# Transparenz und Schriften



## CoreCode (23. März 2004)

Hallo zusammen!

<table width="100%"><tr><td bgcolor="#ff0000">
<table width="75%"><tr><td bgcolor="#ffffff" style="-moz-opacity: 0.5;">Mein Text</td></tr></table>
</td></tr></table>

Nun zum Problem.

Hintergrundtabelle ist rot, innere Tabelle ist weiß mit 50% Transparenz. Klappt ja auch alles wunderbar. Nur wird die Schrift auch Transparent. War sie vorher schwarz, wird diese grau. Wie kann ich die Schrift  nach wie vor ohne Transparenz halten?

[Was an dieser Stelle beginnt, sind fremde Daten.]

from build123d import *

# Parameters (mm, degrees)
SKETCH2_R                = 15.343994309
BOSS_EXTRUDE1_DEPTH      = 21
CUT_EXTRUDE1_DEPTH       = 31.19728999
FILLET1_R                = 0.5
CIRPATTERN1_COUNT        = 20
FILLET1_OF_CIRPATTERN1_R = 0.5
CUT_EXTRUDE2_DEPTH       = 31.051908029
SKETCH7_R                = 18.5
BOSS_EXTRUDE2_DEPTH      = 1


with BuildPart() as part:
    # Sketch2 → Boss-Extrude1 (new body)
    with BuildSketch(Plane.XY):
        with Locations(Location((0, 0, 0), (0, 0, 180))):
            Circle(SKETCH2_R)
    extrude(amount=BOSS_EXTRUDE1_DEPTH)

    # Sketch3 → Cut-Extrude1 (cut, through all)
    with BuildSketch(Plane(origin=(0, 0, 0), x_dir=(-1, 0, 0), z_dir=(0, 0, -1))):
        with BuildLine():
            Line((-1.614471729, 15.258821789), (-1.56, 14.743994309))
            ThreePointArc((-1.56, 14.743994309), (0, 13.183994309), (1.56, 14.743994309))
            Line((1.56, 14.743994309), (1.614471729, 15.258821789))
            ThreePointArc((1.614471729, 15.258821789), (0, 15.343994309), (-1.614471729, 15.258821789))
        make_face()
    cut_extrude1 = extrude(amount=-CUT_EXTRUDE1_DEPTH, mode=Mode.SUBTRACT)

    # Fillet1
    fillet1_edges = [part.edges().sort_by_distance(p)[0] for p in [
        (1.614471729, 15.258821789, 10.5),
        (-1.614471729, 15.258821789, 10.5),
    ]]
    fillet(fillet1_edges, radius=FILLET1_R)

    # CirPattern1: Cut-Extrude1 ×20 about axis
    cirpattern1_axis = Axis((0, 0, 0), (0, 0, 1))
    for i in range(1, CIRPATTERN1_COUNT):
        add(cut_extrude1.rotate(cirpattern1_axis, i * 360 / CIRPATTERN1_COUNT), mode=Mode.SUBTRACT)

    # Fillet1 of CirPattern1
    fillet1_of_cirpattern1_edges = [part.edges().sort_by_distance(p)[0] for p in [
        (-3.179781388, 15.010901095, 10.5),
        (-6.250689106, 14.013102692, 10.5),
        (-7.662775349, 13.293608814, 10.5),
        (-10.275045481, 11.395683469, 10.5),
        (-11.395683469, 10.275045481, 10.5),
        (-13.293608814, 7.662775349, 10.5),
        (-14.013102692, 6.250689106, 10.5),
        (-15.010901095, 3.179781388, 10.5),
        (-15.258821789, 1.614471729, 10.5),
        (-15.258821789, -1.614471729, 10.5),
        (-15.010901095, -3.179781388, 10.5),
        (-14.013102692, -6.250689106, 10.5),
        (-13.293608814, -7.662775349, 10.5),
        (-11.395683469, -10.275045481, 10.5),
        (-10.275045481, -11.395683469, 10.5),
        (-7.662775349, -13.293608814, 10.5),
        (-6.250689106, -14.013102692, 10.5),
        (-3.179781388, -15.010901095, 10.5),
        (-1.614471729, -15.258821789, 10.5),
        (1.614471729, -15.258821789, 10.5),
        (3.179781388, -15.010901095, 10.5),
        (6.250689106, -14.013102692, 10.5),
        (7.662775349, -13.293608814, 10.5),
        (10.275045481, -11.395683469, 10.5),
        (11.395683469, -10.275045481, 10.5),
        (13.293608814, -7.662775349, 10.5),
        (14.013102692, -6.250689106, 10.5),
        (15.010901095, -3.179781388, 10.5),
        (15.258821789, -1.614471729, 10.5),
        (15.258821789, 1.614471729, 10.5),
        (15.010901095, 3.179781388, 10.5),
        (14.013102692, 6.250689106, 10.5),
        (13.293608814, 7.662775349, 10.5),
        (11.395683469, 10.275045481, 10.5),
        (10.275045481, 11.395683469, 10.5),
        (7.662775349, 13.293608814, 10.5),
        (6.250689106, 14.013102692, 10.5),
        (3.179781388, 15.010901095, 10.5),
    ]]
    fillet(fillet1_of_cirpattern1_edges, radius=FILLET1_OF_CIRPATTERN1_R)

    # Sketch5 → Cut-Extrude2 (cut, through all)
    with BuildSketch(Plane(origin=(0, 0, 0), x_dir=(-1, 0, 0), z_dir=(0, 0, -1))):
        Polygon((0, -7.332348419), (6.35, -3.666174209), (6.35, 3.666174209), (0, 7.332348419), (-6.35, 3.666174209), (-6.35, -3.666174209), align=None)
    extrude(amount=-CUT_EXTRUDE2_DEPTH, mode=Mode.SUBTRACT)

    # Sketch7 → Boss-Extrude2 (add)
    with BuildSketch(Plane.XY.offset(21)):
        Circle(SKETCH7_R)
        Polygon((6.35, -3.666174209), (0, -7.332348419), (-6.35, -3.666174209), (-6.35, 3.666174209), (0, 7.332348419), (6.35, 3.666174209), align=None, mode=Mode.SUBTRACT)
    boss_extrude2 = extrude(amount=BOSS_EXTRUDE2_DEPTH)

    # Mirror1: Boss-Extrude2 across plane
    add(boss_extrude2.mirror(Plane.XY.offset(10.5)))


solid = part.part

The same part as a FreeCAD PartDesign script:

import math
import FreeCAD as App
import Part
import Sketcher
from FreeCAD import Vector
Q = App.Units.Quantity


def edges_at(feature, points):
    """Names of the edges that pass closest to the given points."""
    edges = feature.Shape.Edges
    near = lambda p: min(range(len(edges)), key=lambda i: edges[i].distToShape(Part.Vertex(*p))[0])
    return sorted({f"Edge{near(p) + 1}" for p in points})


def add_polygon(sketch, points):
    """Adds a closed chain of lines whose ends are joined by coincident constraints."""
    first, n = sketch.GeometryCount, len(points)
    for a, b in zip(points, points[1:] + points[:1]):
        sketch.addGeometry(Part.LineSegment(App.Vector(*a, 0), App.Vector(*b, 0)), False)
    for i in range(n):
        sketch.addConstraint(Sketcher.Constraint("Coincident", first + i, 2, first + (i + 1) % n, 1))

doc = App.newDocument("Part")
params = doc.addObject("Spreadsheet::Sheet", "Params")
for row, (alias, value) in enumerate([
    ("pad1_length", "21 mm"),
    ("sketch2_radius", "1.56 mm"),
    ("fillet_radius", "0.5 mm"),
    ("fillet2_radius", "0.5 mm"),
    ("sketch4_diameter", "37 mm"),
    ("pad2_length", "1 mm"),
], start=1):
    params.set(f"A{row}", alias)
    params.set(f"B{row}", "=" + value)
    params.setAlias(f"B{row}", alias)

body = doc.addObject("PartDesign::Body", "Body")

# Sketch on XY plane
sketch1 = body.newObject("Sketcher::SketchObject", "Sketch")
sketch1.AttachmentSupport = (doc.getObject("XY_Plane"), [""])
sketch1.MapMode = "FlatFace"
sketch1.addGeometry(Part.Circle(Vector(0, 0, 0), Vector(0, 0, 1), 15), False)
sketch1.addConstraint(Sketcher.Constraint("Coincident", 0, 3, -1, 1))
sketch1.addConstraint(Sketcher.Constraint("Diameter", 0, Q("30.687989 mm")))
pad1 = body.newObject("PartDesign::Pad", "Pad")
pad1.Profile = sketch1
pad1.setExpression("Length", "Params.pad1_length")

# Sketch on XY plane
sketch2 = body.newObject("Sketcher::SketchObject", "Sketch001")
sketch2.AttachmentSupport = (doc.getObject("XY_Plane"), [""])
sketch2.MapMode = "FlatFace"
sketch2.addGeometry(Part.LineSegment(Vector(1.6, 15.3, 0), Vector(1.6, 14.7, 0)), False)
sketch2.addGeometry(Part.ArcOfCircle(Part.Circle(Vector(0, 14.7, 0), Vector(0, 0, 1), 1.6), math.radians(180), math.radians(360)), False)
sketch2.addGeometry(Part.LineSegment(Vector(-1.6, 14.7, 0), Vector(-1.6, 15.3, 0)), False)
sketch2.addGeometry(Part.ArcOfCircle(Part.Circle(Vector(0, 0, 0), Vector(0, 0, 1), 15.3), math.radians(83.96), math.radians(96.04)), False)
sketch2.addConstraint(Sketcher.Constraint("Coincident", 0, 2, 1, 2))
sketch2.addConstraint(Sketcher.Constraint("Coincident", 1, 1, 2, 1))
sketch2.addConstraint(Sketcher.Constraint("Coincident", 2, 2, 3, 2))
sketch2.addConstraint(Sketcher.Constraint("Coincident", 3, 1, 0, 1))
sketch2.addConstraint(Sketcher.Constraint("Coincident", 3, 3, -1, 1))
sketch2.addConstraint(Sketcher.Constraint("Symmetric", 0, 2, 1, 1, -2))
sketch2.addConstraint(Sketcher.Constraint("Horizontal", 1, 3, 0, 2))
sketch2.addConstraint(Sketcher.Constraint("Horizontal", 2, 2, 3, 1))
sketch2.addConstraint(Sketcher.Constraint("Radius", 1, Q("1.56 mm")))
sketch2.addConstraint(Sketcher.Constraint("Radius", 3, Q("15.343994 mm")))
sketch2.addConstraint(Sketcher.Constraint("Distance", 0, Q("0.517701 mm")))
sketch2.addConstraint(Sketcher.Constraint("DistanceX", 2, 2, -1, 1, Q("1.614472 mm")))
sketch2.setExpression("Constraints[8]", "Params.sketch2_radius")
pocket1 = body.newObject("PartDesign::Pocket", "Pocket")
pocket1.Profile = sketch2
pocket1.Type = "ThroughAll"
pocket1.Reversed = True
doc.recompute()

fillet = body.newObject("PartDesign::Fillet", "Fillet")
fillet.Base = (pocket1, edges_at(pocket1, [(1.614, 15.259, 10.5), (-1.614, 15.259, 10.5)]))
fillet.setExpression("Radius", "Params.fillet_radius")
doc.recompute()

polarpattern = body.newObject("PartDesign::PolarPattern", "PolarPattern")
polarpattern.Originals = [pocket1]
polarpattern.Axis = (doc.getObject("Z_Axis"), [""])
polarpattern.Angle = 360
polarpattern.Occurrences = 20
body.Tip = polarpattern
doc.recompute()

fillet2 = body.newObject("PartDesign::Fillet", "Fillet001")
fillet2.Base = (polarpattern, edges_at(polarpattern, [
    (-3.18, 15.011, 10.5),
    (-6.251, 14.013, 10.5),
    (-7.663, 13.294, 10.5),
    (-10.275, 11.396, 10.5),
    (-11.396, 10.275, 10.5),
    (-13.294, 7.663, 10.5),
    (-14.013, 6.251, 10.5),
    (-15.011, 3.18, 10.5),
    (-15.259, 1.614, 10.5),
    (-15.259, -1.614, 10.5),
    (-15.011, -3.18, 10.5),
    (-14.013, -6.251, 10.5),
    (-13.294, -7.663, 10.5),
    (-11.396, -10.275, 10.5),
    (-10.275, -11.396, 10.5),
    (-7.663, -13.294, 10.5),
    (-6.251, -14.013, 10.5),
    (-3.18, -15.011, 10.5),
    (-1.614, -15.259, 10.5),
    (1.614, -15.259, 10.5),
    (3.18, -15.011, 10.5),
    (6.251, -14.013, 10.5),
    (7.663, -13.294, 10.5),
    (10.275, -11.396, 10.5),
    (11.396, -10.275, 10.5),
    (13.294, -7.663, 10.5),
    (14.013, -6.251, 10.5),
    (15.011, -3.18, 10.5),
    (15.259, -1.614, 10.5),
    (15.259, 1.614, 10.5),
    (15.011, 3.18, 10.5),
    (14.013, 6.251, 10.5),
    (13.294, 7.663, 10.5),
    (11.396, 10.275, 10.5),
    (10.275, 11.396, 10.5),
    (7.663, 13.294, 10.5),
    (6.251, 14.013, 10.5),
    (3.18, 15.011, 10.5),
]))
fillet2.setExpression("Radius", "Params.fillet2_radius")

# Sketch on XY plane
sketch3 = body.newObject("Sketcher::SketchObject", "Sketch002")
sketch3.AttachmentSupport = (doc.getObject("XY_Plane"), [""])
sketch3.MapMode = "FlatFace"
add_polygon(sketch3, [(0, -7), (-6, -4), (-6, 4), (0, 7), (6, 4), (6, -4)])  # lines 0-5
sketch3.addConstraint(Sketcher.Constraint("Vertical", 1))
sketch3.addConstraint(Sketcher.Constraint("Vertical", 4))
sketch3.addConstraint(Sketcher.Constraint("Symmetric", 0, 2, 3, 2, -1, 1))
sketch3.addConstraint(Sketcher.Constraint("Symmetric", 2, 2, 5, 2, -1, 1))
sketch3.addConstraint(Sketcher.Constraint("PointOnObject", 2, 2, -2))
sketch3.addConstraint(Sketcher.Constraint("Parallel", 2, 5))
sketch3.addConstraint(Sketcher.Constraint("Horizontal", 1, 2, 3, 2))
sketch3.addConstraint(Sketcher.Constraint("Angle", 0, Q("150 deg")))
sketch3.addConstraint(Sketcher.Constraint("DistanceX", 1, 2, 3, 2, Q("12.7 mm")))
sketch3.addConstraint(Sketcher.Constraint("DistanceY", 1, 1, 1, 2, Q("7.332348 mm")))
pocket2 = body.newObject("PartDesign::Pocket", "Pocket001")
pocket2.Profile = sketch3
pocket2.Type = "ThroughAll"
pocket2.Reversed = True

# Sketch on XY plane
sketch4 = body.newObject("Sketcher::SketchObject", "Sketch003")
sketch4.AttachmentSupport = (doc.getObject("XY_Plane"), [""])
sketch4.MapMode = "FlatFace"
sketch4.AttachmentOffset = App.Placement(Vector(0, 0, 21), App.Rotation())
sketch4.addGeometry(Part.Circle(Vector(0, 0, 0), Vector(0, 0, 1), 18), False)  # 0
add_polygon(sketch4, [(6, 4), (6, -4), (0, -7), (-6, -4), (-6, 4), (0, 7)])  # lines 1-6
sketch4.addConstraint(Sketcher.Constraint("Vertical", 1))
sketch4.addConstraint(Sketcher.Constraint("Vertical", 4))
sketch4.addConstraint(Sketcher.Constraint("Coincident", 0, 3, -1, 1))
sketch4.addConstraint(Sketcher.Constraint("Symmetric", 1, 2, 4, 2, -1, 1))
sketch4.addConstraint(Sketcher.Constraint("Symmetric", 2, 2, 5, 2, -1, 1))
sketch4.addConstraint(Sketcher.Constraint("PointOnObject", 2, 2, -2))
sketch4.addConstraint(Sketcher.Constraint("Parallel", 3, 6))
sketch4.addConstraint(Sketcher.Constraint("Horizontal", 1, 2, 3, 2))
sketch4.addConstraint(Sketcher.Constraint("Diameter", 0, Q("37 mm")))
sketch4.addConstraint(Sketcher.Constraint("Angle", 2, Q("-150 deg")))
sketch4.addConstraint(Sketcher.Constraint("DistanceX", 3, 2, 1, 2, Q("12.7 mm")))
sketch4.addConstraint(Sketcher.Constraint("DistanceY", 1, 2, 1, 1, Q("7.332348 mm")))
sketch4.setExpression("Constraints[14]", "Params.sketch4_diameter")
pad2 = body.newObject("PartDesign::Pad", "Pad001")
pad2.Profile = sketch4
pad2.setExpression("Length", "Params.pad2_length")
doc.recompute()

datumplane = body.newObject("PartDesign::Plane", "DatumPlane")
datumplane.AttachmentSupport = (doc.getObject("XY_Plane"), [""])
datumplane.MapMode = "FlatFace"
datumplane.AttachmentOffset = App.Placement(Vector(0, 0, 10.5), App.Rotation())
mirrored = body.newObject("PartDesign::Mirrored", "Mirrored")
mirrored.Originals = [pad2]
mirrored.MirrorPlane = (datumplane, [""])
body.Tip = mirrored

doc.recompute()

Beim IE ( filter:Alpha(opacity=50, style=0)  brauche ich nur <div style="position:relative;">MEIN TEXT</div> setzen, und der Text bleibt schwarz. Der Mozilla/Firefox/Nanozilla ignoriert es und vererbt die Transparenz an alle Elemente die sich innerhalb des Transparenzblocks befinden.


Danke im voraus!


Liebe Grüße,
Albert


----------



## steff aka sId (23. März 2004)

<td bgcolor="#ffffff" style="-moz-opacity: 0.5;">Mein Text</td> <-- ich denke da liegt das Problem da die Tranzparenz sich auf das Komplette tag bezieht. Das heißt bis es wieder geschlossen wird mit </td>. Vieleicht kannst du probieren deinen Text in ein <div> tag zu setzen und da die tranzparenz aufzuheben bzw.  auf 0 zu setzen. Sicher bin ich mir allerdings nicht ob das funktioniert.
Greatz Steff


----------



## maarten (16. April 2004)

<--bin niederländer, hoffe ich drücke mich korrekt aus>
glaub, dass so etwas nicht möglich ist, du kannst aber vorher damit rechnen und z.B die text um 200% ändern, mit opacity=50 wird's dann 100%
dadürch kannst du nie richtig extreme unterschiede zwischen text und hinterngrund hervorrufen
ff0000 wird bei 50% also 850000
50% bezieht sich auf jeder wert in den tag
mit tabellen ist es also möglich eine vielfalt an opacity definitionen zu erreichen
table filterusw
dann bei jeder td schon wieder filterusw


----------



## steff aka sId (16. April 2004)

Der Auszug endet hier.